Webserver search engine on HTTP Server

This topic provides information about the Webserver search engine and national language considerations.

Important: Information for this topic supports the latest PTF levels for HTTP Server for i5/OS . It is recommended that you install the latest PTFs to upgrade to the latest level of the HTTP Server for i5/OS. Some of the topics documented here are not available prior to this update. See http://www.ibm.com/servers/eserver/iseries/software/http/services/service.htm Link outside Information Center for more information.

The Webserver search engine allows you to perform full text searches on HTML and text files. You can control what options are available to the user and how the search results are displayed through customized Net.Data® macros. You can enhance search results by using the thesaurus support. For information on configuring the search engine with the HTTP Server (powered by Apache), see Set up the Webserver search engine on HTTP Server (powered by Apache).

How it works

Before you can search, you must have an index. The index is a set of files that contain the contents of the documents (in a searchable form) that are to be searched. The search index is used by the search engine rather than searching all of the actual documents.

A search index is created based upon a document list. A document list contains a list of fully qualified path names of all the documents that you want to index.

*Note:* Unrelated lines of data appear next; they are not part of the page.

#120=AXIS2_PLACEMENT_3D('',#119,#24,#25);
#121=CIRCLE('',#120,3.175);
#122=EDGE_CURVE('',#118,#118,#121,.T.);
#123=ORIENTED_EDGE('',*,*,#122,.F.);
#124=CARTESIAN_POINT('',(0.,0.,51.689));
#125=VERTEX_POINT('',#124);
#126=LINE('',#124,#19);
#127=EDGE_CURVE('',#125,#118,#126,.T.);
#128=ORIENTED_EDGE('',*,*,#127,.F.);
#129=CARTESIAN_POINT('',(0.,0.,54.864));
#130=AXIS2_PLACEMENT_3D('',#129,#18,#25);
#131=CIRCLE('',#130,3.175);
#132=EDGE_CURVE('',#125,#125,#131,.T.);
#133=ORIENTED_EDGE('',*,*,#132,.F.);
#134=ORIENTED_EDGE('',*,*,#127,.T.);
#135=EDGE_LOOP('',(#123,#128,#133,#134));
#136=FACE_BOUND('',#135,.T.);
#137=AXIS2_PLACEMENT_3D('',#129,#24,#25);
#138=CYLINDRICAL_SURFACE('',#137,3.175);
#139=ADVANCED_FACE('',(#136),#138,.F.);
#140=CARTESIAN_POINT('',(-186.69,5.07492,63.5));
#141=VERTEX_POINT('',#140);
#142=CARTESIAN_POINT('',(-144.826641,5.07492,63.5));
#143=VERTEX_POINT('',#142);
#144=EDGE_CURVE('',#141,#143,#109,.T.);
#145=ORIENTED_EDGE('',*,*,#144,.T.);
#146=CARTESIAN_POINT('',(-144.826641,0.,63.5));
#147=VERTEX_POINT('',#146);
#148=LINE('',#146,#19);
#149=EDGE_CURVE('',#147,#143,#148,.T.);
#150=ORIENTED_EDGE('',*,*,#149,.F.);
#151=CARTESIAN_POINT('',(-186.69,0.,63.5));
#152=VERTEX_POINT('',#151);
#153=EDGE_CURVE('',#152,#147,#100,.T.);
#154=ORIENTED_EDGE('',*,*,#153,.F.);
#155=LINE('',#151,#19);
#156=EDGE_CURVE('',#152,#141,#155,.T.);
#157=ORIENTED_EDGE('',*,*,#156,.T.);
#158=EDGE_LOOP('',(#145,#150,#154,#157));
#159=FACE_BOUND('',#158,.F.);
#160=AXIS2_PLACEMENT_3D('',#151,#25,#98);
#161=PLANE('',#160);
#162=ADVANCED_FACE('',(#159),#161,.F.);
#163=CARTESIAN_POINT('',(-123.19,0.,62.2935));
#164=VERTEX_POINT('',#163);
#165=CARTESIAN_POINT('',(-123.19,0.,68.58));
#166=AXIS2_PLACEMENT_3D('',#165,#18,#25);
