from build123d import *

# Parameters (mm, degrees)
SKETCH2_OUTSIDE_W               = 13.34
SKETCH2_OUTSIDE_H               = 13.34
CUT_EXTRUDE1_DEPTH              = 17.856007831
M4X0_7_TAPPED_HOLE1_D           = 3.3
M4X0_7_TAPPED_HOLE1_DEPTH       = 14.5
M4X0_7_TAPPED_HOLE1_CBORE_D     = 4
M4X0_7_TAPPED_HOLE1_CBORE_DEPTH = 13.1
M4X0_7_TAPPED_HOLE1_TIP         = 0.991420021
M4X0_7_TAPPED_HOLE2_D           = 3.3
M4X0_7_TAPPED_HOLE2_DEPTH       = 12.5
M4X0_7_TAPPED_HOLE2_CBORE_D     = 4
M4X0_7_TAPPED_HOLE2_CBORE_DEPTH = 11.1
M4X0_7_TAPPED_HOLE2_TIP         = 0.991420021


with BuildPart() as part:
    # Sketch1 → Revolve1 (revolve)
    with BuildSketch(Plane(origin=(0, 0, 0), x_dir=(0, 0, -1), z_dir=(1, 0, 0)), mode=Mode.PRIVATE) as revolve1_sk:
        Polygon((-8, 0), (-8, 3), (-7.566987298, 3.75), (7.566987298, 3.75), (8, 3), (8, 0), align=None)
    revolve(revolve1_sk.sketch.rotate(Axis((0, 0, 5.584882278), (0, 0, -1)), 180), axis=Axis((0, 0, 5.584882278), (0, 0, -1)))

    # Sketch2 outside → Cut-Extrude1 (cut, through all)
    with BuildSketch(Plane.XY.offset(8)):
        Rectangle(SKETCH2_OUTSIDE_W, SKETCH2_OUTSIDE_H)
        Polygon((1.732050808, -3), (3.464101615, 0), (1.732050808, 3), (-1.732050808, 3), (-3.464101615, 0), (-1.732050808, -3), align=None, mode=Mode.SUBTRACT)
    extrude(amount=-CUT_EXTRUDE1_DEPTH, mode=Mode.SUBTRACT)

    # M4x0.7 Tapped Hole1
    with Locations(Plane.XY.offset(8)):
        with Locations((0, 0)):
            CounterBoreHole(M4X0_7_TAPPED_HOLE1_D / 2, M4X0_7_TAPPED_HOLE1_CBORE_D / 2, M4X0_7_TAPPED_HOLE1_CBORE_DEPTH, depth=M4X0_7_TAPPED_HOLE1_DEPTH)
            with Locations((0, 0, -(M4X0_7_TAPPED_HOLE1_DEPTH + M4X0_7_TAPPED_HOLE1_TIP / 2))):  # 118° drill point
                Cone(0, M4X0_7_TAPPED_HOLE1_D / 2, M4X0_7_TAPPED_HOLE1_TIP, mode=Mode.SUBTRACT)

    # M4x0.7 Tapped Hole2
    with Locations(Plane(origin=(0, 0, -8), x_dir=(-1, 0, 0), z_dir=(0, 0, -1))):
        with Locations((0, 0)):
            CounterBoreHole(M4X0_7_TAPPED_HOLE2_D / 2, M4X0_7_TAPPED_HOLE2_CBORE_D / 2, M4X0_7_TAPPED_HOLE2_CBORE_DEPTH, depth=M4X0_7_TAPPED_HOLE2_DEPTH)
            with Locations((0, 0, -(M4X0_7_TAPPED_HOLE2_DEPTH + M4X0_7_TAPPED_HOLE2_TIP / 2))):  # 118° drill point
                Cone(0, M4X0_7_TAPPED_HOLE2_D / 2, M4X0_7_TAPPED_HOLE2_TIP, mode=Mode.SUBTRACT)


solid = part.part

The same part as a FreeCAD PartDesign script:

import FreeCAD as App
import Part
import Sketcher

V = App.Vector
Q = App.Units.Quantity


def add_polygon(sketch, points):
    """Adds a closed chain of lines whose ends are joined by coincident constraints."""
    first, n = sketch.GeometryCount, len(points)
    for a, b in zip(points, points[1:] + points[:1]):
        sketch.addGeometry(Part.LineSegment(App.Vector(*a, 0), App.Vector(*b, 0)), False)
    for i in range(n):
        sketch.addConstraint(Sketcher.Constraint("Coincident", first + i, 2, first + (i + 1) % n, 1))

doc = App.newDocument("Part")
body = doc.addObject("PartDesign::Body", "Body")

# Sketch on YZ plane
sketch1 = body.newObject("Sketcher::SketchObject", "Sketch")
sketch1.AttachmentSupport = (doc.getObject("YZ_Plane"), [""])
sketch1.MapMode = "FlatFace"
add_polygon(sketch1, [(3, 8), (0, 8), (0, -8), (3, -8), (3.8, -7.6), (3.8, 7.6)])  # lines 0-5
sketch1.addConstraint([
    Sketcher.Constraint("Horizontal", 0),
    Sketcher.Constraint("Vertical", 1),
    Sketcher.Constraint("Horizontal", 2),
    Sketcher.Constraint("Vertical", 4),
    Sketcher.Constraint("Symmetric", 0, 2, 1, 2, -1, 1),
    Sketcher.Constraint("Vertical", 2, 2, 5, 2),
    Sketcher.Constraint("Equal", 3, 5),
    Sketcher.Constraint("DistanceX", 0, 2, 0, 1, Q("3 mm")),
    Sketcher.Constraint("DistanceY", 1, 2, 1, 1, Q("16 mm")),
    Sketcher.Constraint("Angle", 3, Q("30 deg")),
    Sketcher.Constraint("DistanceX", -1, 1, 3, 2, Q("3.75 mm")),
])
revolution = body.newObject("PartDesign::Revolution", "Revolution")
revolution.Profile = sketch1
revolution.ReferenceAxis = (sketch1, ["V_Axis"])
revolution.Angle = 360

# Sketch on XY plane
sketch2 = body.newObject("Sketcher::SketchObject", "Sketch001")
sketch2.AttachmentSupport = (doc.getObject("XY_Plane"), [""])
sketch2.MapMode = "FlatFace"
sketch2.AttachmentOffset = App.Placement(V(0, 0, 8), App.Rotation())
add_polygon(sketch2, [(-6.7, 6.7), (-6.7, -6.7), (6.7, -6.7), (6.7, 6.7)])  # lines 0-3
add_polygon(sketch2, [(3.5, 0), (1.7, -3), (-1.7, -3), (-3.5, 0), (-1.7, 3), (1.7, 3)])  # lines 4-9
sketch2.addConstraint([
    Sketcher.Constraint("Vertical", 0),
    Sketcher.Constraint("Horizontal", 1),
    Sketcher.Constraint("Vertical", 2),
    Sketcher.Constraint("Horizontal", 3),
    Sketcher.Constraint("Horizontal", 5),
    Sketcher.Constraint("Horizontal", 8),
    Sketcher.Constraint("Symmetric", 0, 2, 2, 2, -1, 1),
    Sketcher.Constraint("Symmetric", 4, 2, 7, 2, -1, 1),
    Sketcher.Constraint("Symmetric", 6, 2, 9, 2, -1, 1),
    Sketcher.Constraint("PointOnObject", 6, 2, -1),
    Sketcher.Constraint("Parallel", 6, 9),
    Sketcher.Constraint("Vertical", 5, 2, 7, 2),
    Sketcher.Constraint("Equal", 3, 0),
    Sketcher.Constraint("Angle", 4, Q("-120 deg")),
    Sketcher.Constraint("DistanceY", 4, 2, -1, 1, Q("3 mm")),
    Sketcher.Constraint("DistanceX", 1, 1, 1, 2, Q("13.34 mm")),
    Sketcher.Constraint("DistanceX", 5, 2, 5, 1, Q("3.464102 mm")),
])
pocket1 = body.newObject("PartDesign::Pocket", "Pocket")
pocket1.Profile = sketch2
pocket1.Type = "ThroughAll"

# Sketch on XY plane
sketch3 = body.newObject("Sketcher::SketchObject", "Sketch002")
sketch3.AttachmentSupport = (doc.getObject("XY_Plane"), [""])
sketch3.MapMode = "FlatFace"
sketch3.AttachmentOffset = App.Placement(V(0, 0, 8), App.Rotation())
sketch3.addGeometry(Part.Circle(V(0, 0, 0), V(0, 0, 1), 1.6), False)
sketch3.addConstraint([
    Sketcher.Constraint("Coincident", 0, 3, -1, 1),
    Sketcher.Constraint("Diameter", 0, Q("3.3 mm")),
])
doc.recompute()
hole = body.newObject("PartDesign::Hole", "Hole")
hole.Profile = sketch3
hole.ThreadType = "None"
hole.Diameter = 3.3
hole.DepthType = "Dimension"
hole.Depth = 14.5
hole.DrillPoint = "Angled"
hole.DrillPointAngle = 118
hole.HoleCutType = "Counterbore"
hole.HoleCutDiameter = 4
hole.HoleCutDepth = 13.1

# Sketch on XY plane
sketch4 = body.newObject("Sketcher::SketchObject", "Sketch003")
sketch4.AttachmentSupport = (doc.getObject("XY_Plane"), [""])
sketch4.MapMode = "FlatFace"
sketch4.AttachmentOffset = App.Placement(V(0, 0, -8), App.Rotation())
sketch4.addGeometry(Part.Circle(V(0, 0, 0), V(0, 0, 1), 1.6), False)
sketch4.addConstraint([
    Sketcher.Constraint("Coincident", 0, 3, -1, 1),
    Sketcher.Constraint("Diameter", 0, Q("3.3 mm")),
])
doc.recompute()
hole2 = body.newObject("PartDesign::Hole", "Hole001")
hole2.Profile = sketch4
hole2.ThreadType = "None"
hole2.Diameter = 3.3
hole2.DepthType = "Dimension"
hole2.Depth = 12.5
hole2.DrillPoint = "Angled"
hole2.DrillPointAngle = 118
hole2.HoleCutType = "Counterbore"
hole2.HoleCutDiameter = 4
hole2.HoleCutDepth = 11.1
hole2.Reversed = True

doc.recompute()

Documents satisfying a search request are returned by default in their order of ranking. A document's ranking specifies the relevance with respect to the specified search conditions. The following factors determine a document's ranking:

It is possible that a document with one search term appearing toward the beginning of the document can have a higher ranking than a document with multiple search terms appearing near the end of the document. The search function assumes that words indicating the subject or topic of the document usually appear near the beginning of the document. The highest ranking a document can have is 100%. A document can achieve a ranking of 100% if relatively few of the documents in the index contain the search terms. If many documents in the index contain the search terms, it is likely that none of the documents would achieve a ranking of 100%.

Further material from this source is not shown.